Take from the data every line in which the word "teeth" is found.

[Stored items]
....................
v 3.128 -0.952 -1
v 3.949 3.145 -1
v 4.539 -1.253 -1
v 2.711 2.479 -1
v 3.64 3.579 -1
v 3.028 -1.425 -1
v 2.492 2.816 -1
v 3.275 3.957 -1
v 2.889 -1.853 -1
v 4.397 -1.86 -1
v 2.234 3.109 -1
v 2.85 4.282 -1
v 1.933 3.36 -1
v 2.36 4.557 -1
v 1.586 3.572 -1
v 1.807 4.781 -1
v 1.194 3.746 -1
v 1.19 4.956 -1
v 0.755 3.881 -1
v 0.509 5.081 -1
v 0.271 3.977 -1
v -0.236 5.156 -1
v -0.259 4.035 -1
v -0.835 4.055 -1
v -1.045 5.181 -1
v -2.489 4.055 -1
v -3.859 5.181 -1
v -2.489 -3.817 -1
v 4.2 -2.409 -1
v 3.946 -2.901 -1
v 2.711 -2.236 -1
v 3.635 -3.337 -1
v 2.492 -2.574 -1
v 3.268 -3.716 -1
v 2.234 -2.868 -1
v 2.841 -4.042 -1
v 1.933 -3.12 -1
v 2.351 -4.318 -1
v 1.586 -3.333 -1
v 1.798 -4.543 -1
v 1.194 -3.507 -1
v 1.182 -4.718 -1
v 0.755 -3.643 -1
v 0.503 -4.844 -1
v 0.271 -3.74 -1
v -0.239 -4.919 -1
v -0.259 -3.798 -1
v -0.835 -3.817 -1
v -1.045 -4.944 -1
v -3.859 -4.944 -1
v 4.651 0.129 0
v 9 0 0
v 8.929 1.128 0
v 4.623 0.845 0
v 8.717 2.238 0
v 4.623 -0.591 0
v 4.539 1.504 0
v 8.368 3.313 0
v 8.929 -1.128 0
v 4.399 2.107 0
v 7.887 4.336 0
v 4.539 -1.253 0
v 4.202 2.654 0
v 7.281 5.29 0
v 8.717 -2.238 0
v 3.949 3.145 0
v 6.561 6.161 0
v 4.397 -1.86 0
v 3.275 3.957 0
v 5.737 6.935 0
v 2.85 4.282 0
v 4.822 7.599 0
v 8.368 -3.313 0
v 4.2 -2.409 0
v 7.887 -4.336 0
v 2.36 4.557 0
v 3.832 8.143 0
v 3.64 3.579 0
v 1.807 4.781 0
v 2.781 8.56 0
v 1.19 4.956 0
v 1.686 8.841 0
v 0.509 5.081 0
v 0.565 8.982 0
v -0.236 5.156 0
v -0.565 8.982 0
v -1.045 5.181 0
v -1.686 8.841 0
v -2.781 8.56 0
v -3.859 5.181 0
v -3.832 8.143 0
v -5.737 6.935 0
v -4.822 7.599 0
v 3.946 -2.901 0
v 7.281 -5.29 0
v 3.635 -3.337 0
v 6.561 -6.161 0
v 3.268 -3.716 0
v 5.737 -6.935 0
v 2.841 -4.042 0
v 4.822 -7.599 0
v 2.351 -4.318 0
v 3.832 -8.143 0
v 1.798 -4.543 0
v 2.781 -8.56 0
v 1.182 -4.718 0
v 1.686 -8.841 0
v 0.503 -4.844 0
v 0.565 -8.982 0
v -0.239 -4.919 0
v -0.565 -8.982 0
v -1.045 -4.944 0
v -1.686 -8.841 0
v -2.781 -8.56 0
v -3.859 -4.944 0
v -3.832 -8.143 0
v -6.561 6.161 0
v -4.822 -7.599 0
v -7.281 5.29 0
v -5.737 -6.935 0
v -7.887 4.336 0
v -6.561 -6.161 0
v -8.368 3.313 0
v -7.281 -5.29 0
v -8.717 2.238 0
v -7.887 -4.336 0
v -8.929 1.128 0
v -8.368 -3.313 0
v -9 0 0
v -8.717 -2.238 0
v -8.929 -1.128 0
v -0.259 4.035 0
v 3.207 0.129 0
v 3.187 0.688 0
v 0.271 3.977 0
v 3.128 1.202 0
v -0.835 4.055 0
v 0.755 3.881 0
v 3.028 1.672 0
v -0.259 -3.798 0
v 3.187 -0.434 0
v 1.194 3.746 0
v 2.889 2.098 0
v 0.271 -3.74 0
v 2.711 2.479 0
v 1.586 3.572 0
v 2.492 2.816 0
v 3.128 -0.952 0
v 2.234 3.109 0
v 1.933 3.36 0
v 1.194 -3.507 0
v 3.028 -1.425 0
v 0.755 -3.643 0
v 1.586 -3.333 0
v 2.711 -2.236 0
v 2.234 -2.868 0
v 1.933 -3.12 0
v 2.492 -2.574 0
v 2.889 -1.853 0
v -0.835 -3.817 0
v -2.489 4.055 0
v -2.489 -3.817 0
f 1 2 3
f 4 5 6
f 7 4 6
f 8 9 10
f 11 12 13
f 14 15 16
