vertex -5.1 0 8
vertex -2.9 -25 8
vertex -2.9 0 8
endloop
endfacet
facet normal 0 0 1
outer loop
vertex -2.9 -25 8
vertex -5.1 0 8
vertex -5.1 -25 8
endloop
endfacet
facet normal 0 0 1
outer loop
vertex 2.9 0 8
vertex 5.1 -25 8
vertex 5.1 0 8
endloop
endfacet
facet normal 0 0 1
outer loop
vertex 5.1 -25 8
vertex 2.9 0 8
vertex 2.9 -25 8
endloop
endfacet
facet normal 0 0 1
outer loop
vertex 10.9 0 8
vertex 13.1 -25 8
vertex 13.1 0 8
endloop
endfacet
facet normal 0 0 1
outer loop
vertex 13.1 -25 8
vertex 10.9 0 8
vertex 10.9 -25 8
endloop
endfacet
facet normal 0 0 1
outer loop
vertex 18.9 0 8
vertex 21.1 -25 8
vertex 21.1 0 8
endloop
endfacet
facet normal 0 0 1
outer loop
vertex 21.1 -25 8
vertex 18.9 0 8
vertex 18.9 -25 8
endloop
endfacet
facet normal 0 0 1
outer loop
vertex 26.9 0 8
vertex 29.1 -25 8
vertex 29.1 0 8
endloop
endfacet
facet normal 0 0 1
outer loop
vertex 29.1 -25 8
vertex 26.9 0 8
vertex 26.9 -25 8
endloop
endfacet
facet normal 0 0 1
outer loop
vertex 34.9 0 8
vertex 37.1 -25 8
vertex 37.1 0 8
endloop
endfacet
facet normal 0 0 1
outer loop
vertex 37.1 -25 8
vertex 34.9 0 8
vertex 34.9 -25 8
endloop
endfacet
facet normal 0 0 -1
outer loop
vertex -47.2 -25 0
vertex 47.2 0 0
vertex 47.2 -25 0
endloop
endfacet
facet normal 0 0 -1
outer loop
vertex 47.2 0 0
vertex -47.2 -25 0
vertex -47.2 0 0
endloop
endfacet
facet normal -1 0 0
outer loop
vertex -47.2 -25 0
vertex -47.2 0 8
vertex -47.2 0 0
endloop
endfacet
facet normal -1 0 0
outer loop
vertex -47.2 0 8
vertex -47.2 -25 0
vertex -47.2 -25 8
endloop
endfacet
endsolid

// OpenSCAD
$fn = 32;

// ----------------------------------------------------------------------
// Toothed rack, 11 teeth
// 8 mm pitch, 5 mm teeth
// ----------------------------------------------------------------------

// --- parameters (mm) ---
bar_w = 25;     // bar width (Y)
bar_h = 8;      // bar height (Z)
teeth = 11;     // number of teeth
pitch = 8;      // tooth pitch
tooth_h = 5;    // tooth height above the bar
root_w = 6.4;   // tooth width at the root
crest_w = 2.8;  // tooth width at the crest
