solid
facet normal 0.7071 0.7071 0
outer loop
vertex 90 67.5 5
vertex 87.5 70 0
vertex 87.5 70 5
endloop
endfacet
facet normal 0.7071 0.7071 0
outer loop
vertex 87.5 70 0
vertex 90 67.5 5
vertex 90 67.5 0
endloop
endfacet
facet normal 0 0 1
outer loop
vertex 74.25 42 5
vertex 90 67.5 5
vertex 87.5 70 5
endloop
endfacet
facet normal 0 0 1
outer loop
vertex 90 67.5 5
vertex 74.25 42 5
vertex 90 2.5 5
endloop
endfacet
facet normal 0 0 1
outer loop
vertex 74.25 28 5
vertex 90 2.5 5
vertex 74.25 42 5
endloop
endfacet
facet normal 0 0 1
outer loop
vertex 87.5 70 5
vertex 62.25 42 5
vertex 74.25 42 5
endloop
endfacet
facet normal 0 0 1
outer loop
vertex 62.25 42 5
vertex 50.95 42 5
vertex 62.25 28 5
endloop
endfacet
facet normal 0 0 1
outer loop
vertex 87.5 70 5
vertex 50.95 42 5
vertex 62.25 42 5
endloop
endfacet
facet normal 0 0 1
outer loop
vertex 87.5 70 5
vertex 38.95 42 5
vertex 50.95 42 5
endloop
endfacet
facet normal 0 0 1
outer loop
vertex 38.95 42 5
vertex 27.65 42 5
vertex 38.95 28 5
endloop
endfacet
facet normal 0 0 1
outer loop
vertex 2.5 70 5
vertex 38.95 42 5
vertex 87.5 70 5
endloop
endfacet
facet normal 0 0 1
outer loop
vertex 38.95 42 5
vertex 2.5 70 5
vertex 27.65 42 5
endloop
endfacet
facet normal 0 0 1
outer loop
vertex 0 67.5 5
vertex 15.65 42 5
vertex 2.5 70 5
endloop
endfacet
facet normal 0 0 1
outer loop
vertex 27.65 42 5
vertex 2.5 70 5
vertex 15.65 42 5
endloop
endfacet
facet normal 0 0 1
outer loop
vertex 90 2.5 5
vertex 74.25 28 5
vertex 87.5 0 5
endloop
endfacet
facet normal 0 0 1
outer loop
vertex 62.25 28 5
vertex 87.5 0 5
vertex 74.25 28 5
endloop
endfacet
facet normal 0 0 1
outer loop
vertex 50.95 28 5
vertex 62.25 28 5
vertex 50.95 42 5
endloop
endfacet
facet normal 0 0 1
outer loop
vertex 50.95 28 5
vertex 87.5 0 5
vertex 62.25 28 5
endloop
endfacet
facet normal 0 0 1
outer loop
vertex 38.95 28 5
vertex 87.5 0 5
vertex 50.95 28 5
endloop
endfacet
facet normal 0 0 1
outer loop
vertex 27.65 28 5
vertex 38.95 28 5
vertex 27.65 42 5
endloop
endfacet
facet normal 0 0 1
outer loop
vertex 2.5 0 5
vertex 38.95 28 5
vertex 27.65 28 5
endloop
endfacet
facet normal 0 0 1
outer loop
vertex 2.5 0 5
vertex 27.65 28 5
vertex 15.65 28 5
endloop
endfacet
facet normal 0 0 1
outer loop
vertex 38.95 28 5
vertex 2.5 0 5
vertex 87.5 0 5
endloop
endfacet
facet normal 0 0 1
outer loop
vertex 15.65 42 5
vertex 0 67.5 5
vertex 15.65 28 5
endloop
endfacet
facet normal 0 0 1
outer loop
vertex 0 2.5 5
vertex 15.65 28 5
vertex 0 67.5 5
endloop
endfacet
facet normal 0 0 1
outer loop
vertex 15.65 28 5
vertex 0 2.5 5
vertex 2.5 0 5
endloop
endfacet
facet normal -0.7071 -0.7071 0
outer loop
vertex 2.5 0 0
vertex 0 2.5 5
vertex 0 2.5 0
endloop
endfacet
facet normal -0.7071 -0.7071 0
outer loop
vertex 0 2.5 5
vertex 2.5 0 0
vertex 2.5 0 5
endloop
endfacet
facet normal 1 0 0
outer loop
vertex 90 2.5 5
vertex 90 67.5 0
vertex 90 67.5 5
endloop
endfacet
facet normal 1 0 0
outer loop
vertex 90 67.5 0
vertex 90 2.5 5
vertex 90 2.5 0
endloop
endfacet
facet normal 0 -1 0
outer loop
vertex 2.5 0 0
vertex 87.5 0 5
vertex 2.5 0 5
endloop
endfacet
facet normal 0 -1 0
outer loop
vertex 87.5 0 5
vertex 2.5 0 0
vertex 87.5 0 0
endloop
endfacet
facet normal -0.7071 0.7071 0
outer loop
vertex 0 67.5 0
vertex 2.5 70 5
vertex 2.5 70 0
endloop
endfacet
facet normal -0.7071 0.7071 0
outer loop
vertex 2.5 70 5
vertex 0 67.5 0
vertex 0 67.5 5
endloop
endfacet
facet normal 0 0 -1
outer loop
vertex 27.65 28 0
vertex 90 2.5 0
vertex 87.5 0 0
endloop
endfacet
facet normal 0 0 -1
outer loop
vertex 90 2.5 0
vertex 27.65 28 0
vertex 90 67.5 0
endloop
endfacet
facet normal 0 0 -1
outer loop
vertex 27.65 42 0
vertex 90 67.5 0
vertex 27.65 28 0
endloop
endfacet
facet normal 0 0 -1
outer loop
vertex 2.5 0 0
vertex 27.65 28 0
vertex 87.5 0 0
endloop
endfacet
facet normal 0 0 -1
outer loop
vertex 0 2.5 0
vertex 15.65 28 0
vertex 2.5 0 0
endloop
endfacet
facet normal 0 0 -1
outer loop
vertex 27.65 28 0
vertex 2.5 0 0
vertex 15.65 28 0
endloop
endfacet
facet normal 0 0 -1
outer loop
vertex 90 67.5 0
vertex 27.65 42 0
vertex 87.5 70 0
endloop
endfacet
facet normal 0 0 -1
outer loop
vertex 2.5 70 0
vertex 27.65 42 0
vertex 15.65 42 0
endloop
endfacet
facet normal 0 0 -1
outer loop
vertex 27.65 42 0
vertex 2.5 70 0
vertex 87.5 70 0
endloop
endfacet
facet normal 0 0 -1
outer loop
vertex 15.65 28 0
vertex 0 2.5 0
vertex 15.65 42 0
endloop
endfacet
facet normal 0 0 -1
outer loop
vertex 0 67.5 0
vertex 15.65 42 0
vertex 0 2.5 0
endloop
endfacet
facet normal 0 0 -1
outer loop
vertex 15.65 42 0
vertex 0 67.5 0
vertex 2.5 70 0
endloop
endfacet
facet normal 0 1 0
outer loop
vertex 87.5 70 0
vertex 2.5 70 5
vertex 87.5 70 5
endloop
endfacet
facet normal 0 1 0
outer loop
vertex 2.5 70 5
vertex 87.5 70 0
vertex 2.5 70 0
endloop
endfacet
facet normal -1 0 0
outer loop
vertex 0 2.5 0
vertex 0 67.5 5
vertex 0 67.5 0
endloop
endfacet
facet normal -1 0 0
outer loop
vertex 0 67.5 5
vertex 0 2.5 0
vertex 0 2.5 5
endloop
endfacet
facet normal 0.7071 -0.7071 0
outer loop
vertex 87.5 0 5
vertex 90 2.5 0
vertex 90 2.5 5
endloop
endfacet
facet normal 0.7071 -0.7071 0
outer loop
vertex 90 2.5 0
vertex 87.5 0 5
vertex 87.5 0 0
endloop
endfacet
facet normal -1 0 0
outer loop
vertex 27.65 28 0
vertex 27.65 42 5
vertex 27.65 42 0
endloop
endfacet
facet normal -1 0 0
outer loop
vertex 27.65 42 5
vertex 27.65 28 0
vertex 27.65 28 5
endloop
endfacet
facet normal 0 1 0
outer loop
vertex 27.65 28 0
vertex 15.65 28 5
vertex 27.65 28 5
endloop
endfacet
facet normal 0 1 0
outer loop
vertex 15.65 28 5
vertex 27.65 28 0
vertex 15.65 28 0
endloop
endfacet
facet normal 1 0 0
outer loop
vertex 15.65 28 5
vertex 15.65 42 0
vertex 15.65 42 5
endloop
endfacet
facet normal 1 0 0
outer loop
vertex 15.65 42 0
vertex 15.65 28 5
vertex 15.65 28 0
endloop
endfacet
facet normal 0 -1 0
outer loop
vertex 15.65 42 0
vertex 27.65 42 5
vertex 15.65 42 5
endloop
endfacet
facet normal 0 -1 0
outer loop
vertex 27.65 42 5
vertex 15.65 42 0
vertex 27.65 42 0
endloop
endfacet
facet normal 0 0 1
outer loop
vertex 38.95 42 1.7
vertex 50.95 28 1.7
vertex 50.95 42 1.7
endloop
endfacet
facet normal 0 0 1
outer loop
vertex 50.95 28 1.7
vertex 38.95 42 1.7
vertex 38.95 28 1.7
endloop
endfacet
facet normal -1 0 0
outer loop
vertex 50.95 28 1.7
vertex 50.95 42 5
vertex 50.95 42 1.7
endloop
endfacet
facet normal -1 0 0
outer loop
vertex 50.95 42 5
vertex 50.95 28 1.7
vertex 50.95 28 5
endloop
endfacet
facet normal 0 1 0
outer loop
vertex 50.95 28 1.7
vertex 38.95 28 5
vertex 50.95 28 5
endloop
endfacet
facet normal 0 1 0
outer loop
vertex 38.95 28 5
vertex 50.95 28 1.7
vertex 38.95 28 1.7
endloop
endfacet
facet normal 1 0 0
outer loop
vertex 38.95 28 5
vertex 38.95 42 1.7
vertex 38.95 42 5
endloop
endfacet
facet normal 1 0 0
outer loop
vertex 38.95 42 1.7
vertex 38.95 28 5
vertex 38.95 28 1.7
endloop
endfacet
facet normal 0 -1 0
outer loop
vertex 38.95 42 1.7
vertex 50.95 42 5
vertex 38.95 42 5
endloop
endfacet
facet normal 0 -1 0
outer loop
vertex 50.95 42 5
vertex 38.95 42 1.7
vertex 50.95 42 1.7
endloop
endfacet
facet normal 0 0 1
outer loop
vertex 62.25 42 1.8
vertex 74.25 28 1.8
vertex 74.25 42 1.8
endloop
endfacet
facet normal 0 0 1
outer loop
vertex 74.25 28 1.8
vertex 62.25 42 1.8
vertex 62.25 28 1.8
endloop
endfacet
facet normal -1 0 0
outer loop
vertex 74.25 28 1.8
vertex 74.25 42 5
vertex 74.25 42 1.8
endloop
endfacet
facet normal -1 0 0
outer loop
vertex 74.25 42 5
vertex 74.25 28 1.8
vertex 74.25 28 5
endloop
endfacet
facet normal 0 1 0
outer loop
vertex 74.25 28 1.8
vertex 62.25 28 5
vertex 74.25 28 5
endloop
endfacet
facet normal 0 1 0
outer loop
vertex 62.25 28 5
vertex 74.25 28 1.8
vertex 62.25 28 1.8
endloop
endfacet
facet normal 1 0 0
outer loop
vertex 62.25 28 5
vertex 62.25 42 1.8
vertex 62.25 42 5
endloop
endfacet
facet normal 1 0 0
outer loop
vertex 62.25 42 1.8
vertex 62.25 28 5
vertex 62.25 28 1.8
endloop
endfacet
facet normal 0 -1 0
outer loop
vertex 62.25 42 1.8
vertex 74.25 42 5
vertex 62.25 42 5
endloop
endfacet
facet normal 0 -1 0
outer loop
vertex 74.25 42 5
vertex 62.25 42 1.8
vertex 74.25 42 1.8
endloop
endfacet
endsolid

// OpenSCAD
$fn = 32;

// ----------------------------------------------------------------------
// Windowed plate: 3 voids, 90 x 70 x 5 mm
// ----------------------------------------------------------------------

// --- parameters (mm) ---
plate_l = 90;             // plate length, X
plate_w = 70;             // plate width, Y
plate_t = 5;              // plate thickness, Z
edge_margin = 10;         // wall from the plate edge to any window
windows = 3;              // number of windows in the row
win_l = 12;               // window length
win_w = 14;               // window width
win_pitch = 23.3;         // window pitch along X
depth_1 = 5;              // depth of void 1 (full thickness = through)
depth_2 = 3.3;            // depth of void 2 (full thickness = through)
depth_3 = 3.2;            // depth of void 3 (full thickness = through)
corner_c = 2.5;           // corner chamfer of the plate

profile = [[2.5, 0], [87.5, 0], [90, 2.5], [90, 67.5], [87.5, 70], [2.5, 70], [0, 67.5], [0, 2.5]];  // primary outline, 8 points, counter clockwise
void_1 = [[15.65, 28], [27.65, 28], [27.65, 42], [15.65, 42]];  // window 1 of the row, 4 points
void_2 = [[38.95, 28], [50.95, 28], [50.95, 42], [38.95, 42]];  // window 2 of the row, 4 points
void_3 = [[62.25, 28], [74.25, 28], [74.25, 42], [62.25, 42]];  // window 3 of the row, 4 points

// --- the one profile operation ---
difference() {
  linear_extrude(height = plate_t) polygon(points = profile);
  translate([0, 0, -1])
    linear_extrude(height = plate_t + 2) polygon(points = void_1);
  translate([0, 0, plate_t - depth_2])
    linear_extrude(height = depth_2 + 1) polygon(points = void_2);
  translate([0, 0, plate_t - depth_3])
    linear_extrude(height = depth_3 + 1) polygon(points = void_3);
}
....................
### [Written solution]
// Toothed rack, 11 teeth
// 8 mm pitch, 5 mm teeth
teeth = 11;     // number of teeth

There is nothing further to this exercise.